P.S. ich weiß durchaus, dass Java nicht js ist, aber vielleicht gibts ja jemanden, der trotzdem nen Ansatz hat.


----------



## Thallius (18. Dez 2015)

Mir erscheint dein Ansatz irgendwie zu kompliziert...

Warum gibt es in dem Formular nicht einen Button "Foto hochladen". Dort klickt der Kunde drauf und wählt das passende Foto aus. Das ganze kannst du dann direkt mit den Formulardaten an Deinen Server schicken und der kann es kopieren wohin er möchte und einen entsprechenden Link erstellen.

Gruß

Claus


----------



## n00b4u (18. Dez 2015)

Ich will die Bilder nicht in der DB des ERP haben. Die machen auf die Art und Weise am Tag knapp 300 Bilder und haben ohnehin ein DMS das auf nem anderen Server mit mehr Storage-Kapazität läuft. Im Endeffekt reicht ja auch der Link zum Bild aus dem Auftrag heraus. Und on Top, das ERP ist etwas eigensinnig in der Verwaltung von Bildern....

Und das ganze läuft eigentlich so ab, mein Kunde erhält am Tag zwischen 200 bis 300 Pakete mit Reparaturaufträgen. Die müssen schnellstmöglich erfasst werden, weil es einfach sonst nicht kostendeckend ist. 

Jedes Paket enthält eine Kundennummer mit Barcode, der Barcode wird gescannt, und automatisch ein Beleg erzeugt, dann wird das Päckchen geöffnet und das Produkt beim Eingang fotografiert. Anschliessend wird der Beleg im Browser ergänzt und verarbeitet. 

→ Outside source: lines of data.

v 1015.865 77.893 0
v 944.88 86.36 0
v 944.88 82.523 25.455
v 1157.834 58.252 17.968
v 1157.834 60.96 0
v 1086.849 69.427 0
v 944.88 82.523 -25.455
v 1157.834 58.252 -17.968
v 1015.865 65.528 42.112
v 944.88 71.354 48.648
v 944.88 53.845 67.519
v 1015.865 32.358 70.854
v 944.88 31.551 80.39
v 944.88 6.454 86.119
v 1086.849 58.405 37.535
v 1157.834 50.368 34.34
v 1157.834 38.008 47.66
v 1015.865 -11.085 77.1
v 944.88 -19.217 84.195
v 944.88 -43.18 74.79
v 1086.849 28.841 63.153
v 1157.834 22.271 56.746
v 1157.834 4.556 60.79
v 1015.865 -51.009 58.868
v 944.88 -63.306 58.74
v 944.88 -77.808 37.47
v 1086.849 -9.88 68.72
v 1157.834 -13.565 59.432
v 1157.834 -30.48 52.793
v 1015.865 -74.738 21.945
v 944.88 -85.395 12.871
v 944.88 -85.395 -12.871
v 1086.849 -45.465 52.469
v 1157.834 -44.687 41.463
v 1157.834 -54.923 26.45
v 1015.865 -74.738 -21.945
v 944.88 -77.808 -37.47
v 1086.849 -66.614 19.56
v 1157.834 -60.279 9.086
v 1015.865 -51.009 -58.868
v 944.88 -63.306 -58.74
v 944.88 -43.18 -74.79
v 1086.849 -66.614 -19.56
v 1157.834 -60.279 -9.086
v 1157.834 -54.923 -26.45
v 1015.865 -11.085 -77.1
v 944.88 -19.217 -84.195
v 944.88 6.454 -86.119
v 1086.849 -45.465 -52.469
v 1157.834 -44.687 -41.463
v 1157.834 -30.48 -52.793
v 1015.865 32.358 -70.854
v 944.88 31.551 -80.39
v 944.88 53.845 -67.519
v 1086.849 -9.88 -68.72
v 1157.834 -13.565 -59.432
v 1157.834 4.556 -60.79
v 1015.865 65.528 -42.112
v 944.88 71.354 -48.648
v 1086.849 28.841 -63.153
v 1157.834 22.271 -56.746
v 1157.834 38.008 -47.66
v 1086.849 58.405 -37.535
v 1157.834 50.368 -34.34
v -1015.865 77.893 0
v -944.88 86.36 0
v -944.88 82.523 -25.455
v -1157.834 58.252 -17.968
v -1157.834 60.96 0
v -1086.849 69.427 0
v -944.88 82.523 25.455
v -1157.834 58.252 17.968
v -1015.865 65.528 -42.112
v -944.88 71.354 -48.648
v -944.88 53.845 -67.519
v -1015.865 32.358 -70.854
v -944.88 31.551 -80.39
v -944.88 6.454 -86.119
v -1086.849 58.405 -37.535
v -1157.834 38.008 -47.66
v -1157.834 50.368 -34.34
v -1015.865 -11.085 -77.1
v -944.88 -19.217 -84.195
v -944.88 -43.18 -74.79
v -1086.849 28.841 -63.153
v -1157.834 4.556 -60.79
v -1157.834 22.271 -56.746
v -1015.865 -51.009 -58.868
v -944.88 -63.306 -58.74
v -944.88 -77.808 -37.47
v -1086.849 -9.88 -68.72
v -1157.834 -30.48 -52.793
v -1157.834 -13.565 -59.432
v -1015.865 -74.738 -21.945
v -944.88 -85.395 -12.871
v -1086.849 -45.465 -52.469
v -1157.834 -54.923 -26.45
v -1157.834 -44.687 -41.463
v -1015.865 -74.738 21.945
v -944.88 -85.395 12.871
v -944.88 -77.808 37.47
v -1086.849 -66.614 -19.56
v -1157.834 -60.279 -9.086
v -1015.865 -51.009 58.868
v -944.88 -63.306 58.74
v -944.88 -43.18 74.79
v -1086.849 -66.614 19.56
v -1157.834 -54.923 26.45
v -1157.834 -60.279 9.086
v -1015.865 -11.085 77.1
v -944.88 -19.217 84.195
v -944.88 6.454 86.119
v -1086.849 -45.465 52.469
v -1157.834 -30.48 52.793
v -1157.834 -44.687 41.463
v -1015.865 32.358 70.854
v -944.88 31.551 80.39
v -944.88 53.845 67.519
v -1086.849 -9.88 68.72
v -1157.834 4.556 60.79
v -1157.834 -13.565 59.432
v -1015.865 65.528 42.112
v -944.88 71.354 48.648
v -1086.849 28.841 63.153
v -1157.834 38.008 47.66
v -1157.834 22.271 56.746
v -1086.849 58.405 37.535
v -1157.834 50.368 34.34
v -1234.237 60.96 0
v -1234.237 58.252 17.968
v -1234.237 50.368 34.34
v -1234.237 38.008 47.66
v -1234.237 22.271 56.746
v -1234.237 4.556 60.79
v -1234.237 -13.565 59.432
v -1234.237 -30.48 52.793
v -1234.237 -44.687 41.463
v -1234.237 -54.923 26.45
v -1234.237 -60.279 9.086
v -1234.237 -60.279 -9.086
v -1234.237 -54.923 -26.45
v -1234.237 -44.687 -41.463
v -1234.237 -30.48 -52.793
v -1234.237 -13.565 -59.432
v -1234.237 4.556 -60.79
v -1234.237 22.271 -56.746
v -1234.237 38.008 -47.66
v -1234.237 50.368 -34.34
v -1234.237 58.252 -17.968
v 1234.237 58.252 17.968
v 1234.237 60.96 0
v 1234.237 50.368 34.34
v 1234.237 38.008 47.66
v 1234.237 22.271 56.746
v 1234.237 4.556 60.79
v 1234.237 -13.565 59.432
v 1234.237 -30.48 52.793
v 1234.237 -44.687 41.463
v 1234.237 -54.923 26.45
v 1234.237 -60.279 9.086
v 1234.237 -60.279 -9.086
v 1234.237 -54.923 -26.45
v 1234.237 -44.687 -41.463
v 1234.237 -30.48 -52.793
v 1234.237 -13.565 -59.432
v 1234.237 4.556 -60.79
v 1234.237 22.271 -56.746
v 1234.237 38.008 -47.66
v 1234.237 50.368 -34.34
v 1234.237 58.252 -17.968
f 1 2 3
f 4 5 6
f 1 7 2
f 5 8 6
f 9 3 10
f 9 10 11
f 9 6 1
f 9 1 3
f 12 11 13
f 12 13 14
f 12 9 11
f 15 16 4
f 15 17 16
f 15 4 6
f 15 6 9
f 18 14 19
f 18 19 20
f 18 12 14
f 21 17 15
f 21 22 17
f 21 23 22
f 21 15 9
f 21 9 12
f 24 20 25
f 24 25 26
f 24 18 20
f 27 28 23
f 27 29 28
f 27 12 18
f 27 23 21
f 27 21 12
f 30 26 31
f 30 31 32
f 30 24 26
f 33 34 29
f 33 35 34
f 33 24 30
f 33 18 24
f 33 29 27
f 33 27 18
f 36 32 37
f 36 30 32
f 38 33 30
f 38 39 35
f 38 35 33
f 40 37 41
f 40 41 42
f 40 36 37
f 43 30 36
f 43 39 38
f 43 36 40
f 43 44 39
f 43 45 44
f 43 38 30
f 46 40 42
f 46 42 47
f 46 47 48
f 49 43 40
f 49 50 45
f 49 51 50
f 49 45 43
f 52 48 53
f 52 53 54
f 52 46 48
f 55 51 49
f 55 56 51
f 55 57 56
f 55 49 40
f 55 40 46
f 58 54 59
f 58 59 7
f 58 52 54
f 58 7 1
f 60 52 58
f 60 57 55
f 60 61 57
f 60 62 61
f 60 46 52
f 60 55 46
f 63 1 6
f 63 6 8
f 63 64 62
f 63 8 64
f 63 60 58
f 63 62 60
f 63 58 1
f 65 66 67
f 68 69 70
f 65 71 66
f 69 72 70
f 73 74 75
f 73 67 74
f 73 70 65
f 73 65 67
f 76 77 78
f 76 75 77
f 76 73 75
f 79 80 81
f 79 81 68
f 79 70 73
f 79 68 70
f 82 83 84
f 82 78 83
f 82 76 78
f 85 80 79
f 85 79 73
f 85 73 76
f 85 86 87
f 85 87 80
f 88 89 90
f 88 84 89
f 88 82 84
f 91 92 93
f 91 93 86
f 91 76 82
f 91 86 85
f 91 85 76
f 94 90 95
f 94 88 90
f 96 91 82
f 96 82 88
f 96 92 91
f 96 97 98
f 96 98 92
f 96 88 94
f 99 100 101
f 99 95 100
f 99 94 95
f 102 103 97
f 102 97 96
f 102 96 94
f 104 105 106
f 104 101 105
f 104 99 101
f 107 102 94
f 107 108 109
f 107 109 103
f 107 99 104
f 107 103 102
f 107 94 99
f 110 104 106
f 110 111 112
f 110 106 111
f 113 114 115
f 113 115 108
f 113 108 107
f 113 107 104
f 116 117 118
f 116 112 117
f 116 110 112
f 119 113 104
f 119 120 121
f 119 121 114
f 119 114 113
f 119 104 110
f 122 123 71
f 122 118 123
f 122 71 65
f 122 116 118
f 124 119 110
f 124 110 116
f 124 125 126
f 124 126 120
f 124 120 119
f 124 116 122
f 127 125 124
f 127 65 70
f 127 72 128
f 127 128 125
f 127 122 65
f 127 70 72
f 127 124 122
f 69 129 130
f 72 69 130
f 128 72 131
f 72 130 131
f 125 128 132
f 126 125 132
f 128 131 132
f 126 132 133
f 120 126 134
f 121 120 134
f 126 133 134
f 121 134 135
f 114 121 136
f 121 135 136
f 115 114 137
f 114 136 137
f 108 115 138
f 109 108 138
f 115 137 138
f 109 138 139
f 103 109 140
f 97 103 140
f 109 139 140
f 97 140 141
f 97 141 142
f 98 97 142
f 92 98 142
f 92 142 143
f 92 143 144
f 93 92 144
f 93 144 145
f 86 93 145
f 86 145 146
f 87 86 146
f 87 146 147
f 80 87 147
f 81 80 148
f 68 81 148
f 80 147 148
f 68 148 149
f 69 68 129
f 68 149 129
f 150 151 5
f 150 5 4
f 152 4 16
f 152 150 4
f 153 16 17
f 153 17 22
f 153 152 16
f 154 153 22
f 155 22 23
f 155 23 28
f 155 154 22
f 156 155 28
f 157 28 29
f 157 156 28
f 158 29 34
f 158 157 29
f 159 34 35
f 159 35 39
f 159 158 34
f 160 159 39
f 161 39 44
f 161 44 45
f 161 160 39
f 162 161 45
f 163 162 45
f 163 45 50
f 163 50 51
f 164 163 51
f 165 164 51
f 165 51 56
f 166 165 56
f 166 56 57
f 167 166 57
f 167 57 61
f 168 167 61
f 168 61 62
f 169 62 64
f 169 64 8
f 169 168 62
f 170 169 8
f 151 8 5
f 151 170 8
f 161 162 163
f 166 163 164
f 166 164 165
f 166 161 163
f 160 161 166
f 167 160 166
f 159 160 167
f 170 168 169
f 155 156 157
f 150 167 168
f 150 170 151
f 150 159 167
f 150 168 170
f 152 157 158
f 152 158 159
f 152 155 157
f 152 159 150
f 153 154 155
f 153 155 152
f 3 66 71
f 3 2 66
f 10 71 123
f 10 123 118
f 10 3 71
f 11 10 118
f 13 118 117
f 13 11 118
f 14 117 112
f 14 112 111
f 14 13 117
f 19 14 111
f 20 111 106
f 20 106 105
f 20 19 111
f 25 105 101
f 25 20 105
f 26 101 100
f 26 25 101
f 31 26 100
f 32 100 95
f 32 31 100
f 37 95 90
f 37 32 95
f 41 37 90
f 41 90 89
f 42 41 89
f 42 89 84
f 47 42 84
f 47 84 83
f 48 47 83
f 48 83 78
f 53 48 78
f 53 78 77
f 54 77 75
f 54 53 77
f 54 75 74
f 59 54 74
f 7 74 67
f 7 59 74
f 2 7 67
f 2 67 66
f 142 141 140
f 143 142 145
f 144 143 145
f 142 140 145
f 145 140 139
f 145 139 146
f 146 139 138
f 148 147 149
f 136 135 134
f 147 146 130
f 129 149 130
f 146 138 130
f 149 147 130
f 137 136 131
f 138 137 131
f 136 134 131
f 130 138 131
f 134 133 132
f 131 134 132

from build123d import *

# Parameters (mm, degrees)
F0_R       = 53.975
F1_DEPTH   = 590.55
F3_R       = 38.1
F4_DEPTH   = 47.752
F1_FACE_R  = 53.975
F4_FACE_R  = 38.1
F1_FACE1_R = 53.975
F5_FACE_R  = 38.1
F8_SCALE   = 1.6


with BuildPart() as f1:
    # F0 (on Right) → F1 (new body, symmetric)
    with BuildSketch(Plane.YZ):
        Circle(F0_R)
    extrude(amount=F1_DEPTH, both=True)



with BuildPart() as f4:
    # F3 (on offset) → F4 (new body)
    with BuildSketch(Plane.YZ.offset(771.398)):
        Circle(F3_R)
    extrude(amount=-F4_DEPTH)


with BuildPart() as f5_1:
    # F5: instance of F4
    add(f4.part.mirror(Plane.YZ))


with BuildPart() as f1_1:
    add(f1.part)

    add(f4.part)  # F6 merges F4
    # F1_face (on face) → F6 section 0
    with BuildSketch(Plane.YZ.offset(590.55)):
        Circle(F1_FACE_R)
    # F4_face (on face) → F6 section 1
    with BuildSketch(Plane(origin=(723.646, 0, 0), x_dir=(0, 1, 0), z_dir=(-1, 0, 0))):
        Circle(F4_FACE_R)
    loft()


    add(f5_1.part)  # F7 merges F5_1
    # F1_face1 (on face) → F7 section 0
    with BuildSketch(Plane(origin=(-590.55, 0, 0), x_dir=(0, 1, 0), z_dir=(-1, 0, 0))):
        Circle(F1_FACE1_R)
    # F5_face (on face) → F7 section 1
    with BuildSketch(Plane.YZ.offset(-723.646)):
        Circle(F5_FACE_R)
    loft()


with BuildPart() as f1_2:
    # F8: moved
    add(f1_1.part.scale(F8_SCALE))


solid = f1_2.part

Da das an zwei Plätzen mit zwei USB-Kameras passiert, kann ich auch nicht einfach den Link zum letzten erzeugten Beleg zuordnen sondern muss anhand der Belegdaten aus der Eingabemaske eine Zuordnung vornehmen.


----------



## Thallius (18. Dez 2015)

Dann schickst du die bilddaten halt einfach weiter an den DMS und speicherst den Link, den du dann ja kennst, in der DB. Wichtig ist, dass erstmal alle Daten zentral erfasst werden. Wohin du dann was kopierst ist ja dein Ding. Aber den Weg über lokale Daten auf dem Client halte ich für grundsätzlich falsch.

Gruß

Claus


----------



## n00b4u (18. Dez 2015)

Hm... das heisst aber, du würdest das Bild erstmal im ERP speichern, dann weiter ans DMS schicken und dann den Link ins ERP schreiben?


----------



## Thallius (18. Dez 2015)

Du kannst ja auch das Bild direkt via Ajax an den DMS schicken und dir dann den Link zurückgeben lasen. Den trägst du in ein hidden Feld deiner formulares ein und schickst es an den EMR.

Gruß

Claus


----------



## n00b4u (18. Dez 2015)

Nette Idee, aber das bekomme ich bei dem Kunden nicht durch. Da müsste der Anwender ja die Kamera-Anwendung starten, dann ein Bild erzeugen, das Bild dann selbst hochladen. Hört sich vielleicht nicht dramatisch an, ist aber absolut nicht gewünscht. Die Anforderung sagt klar: Kamera löst aus, Bild gespeichert. Jeder Mehraufwand für die Anwender wird mir gestrichen.


----------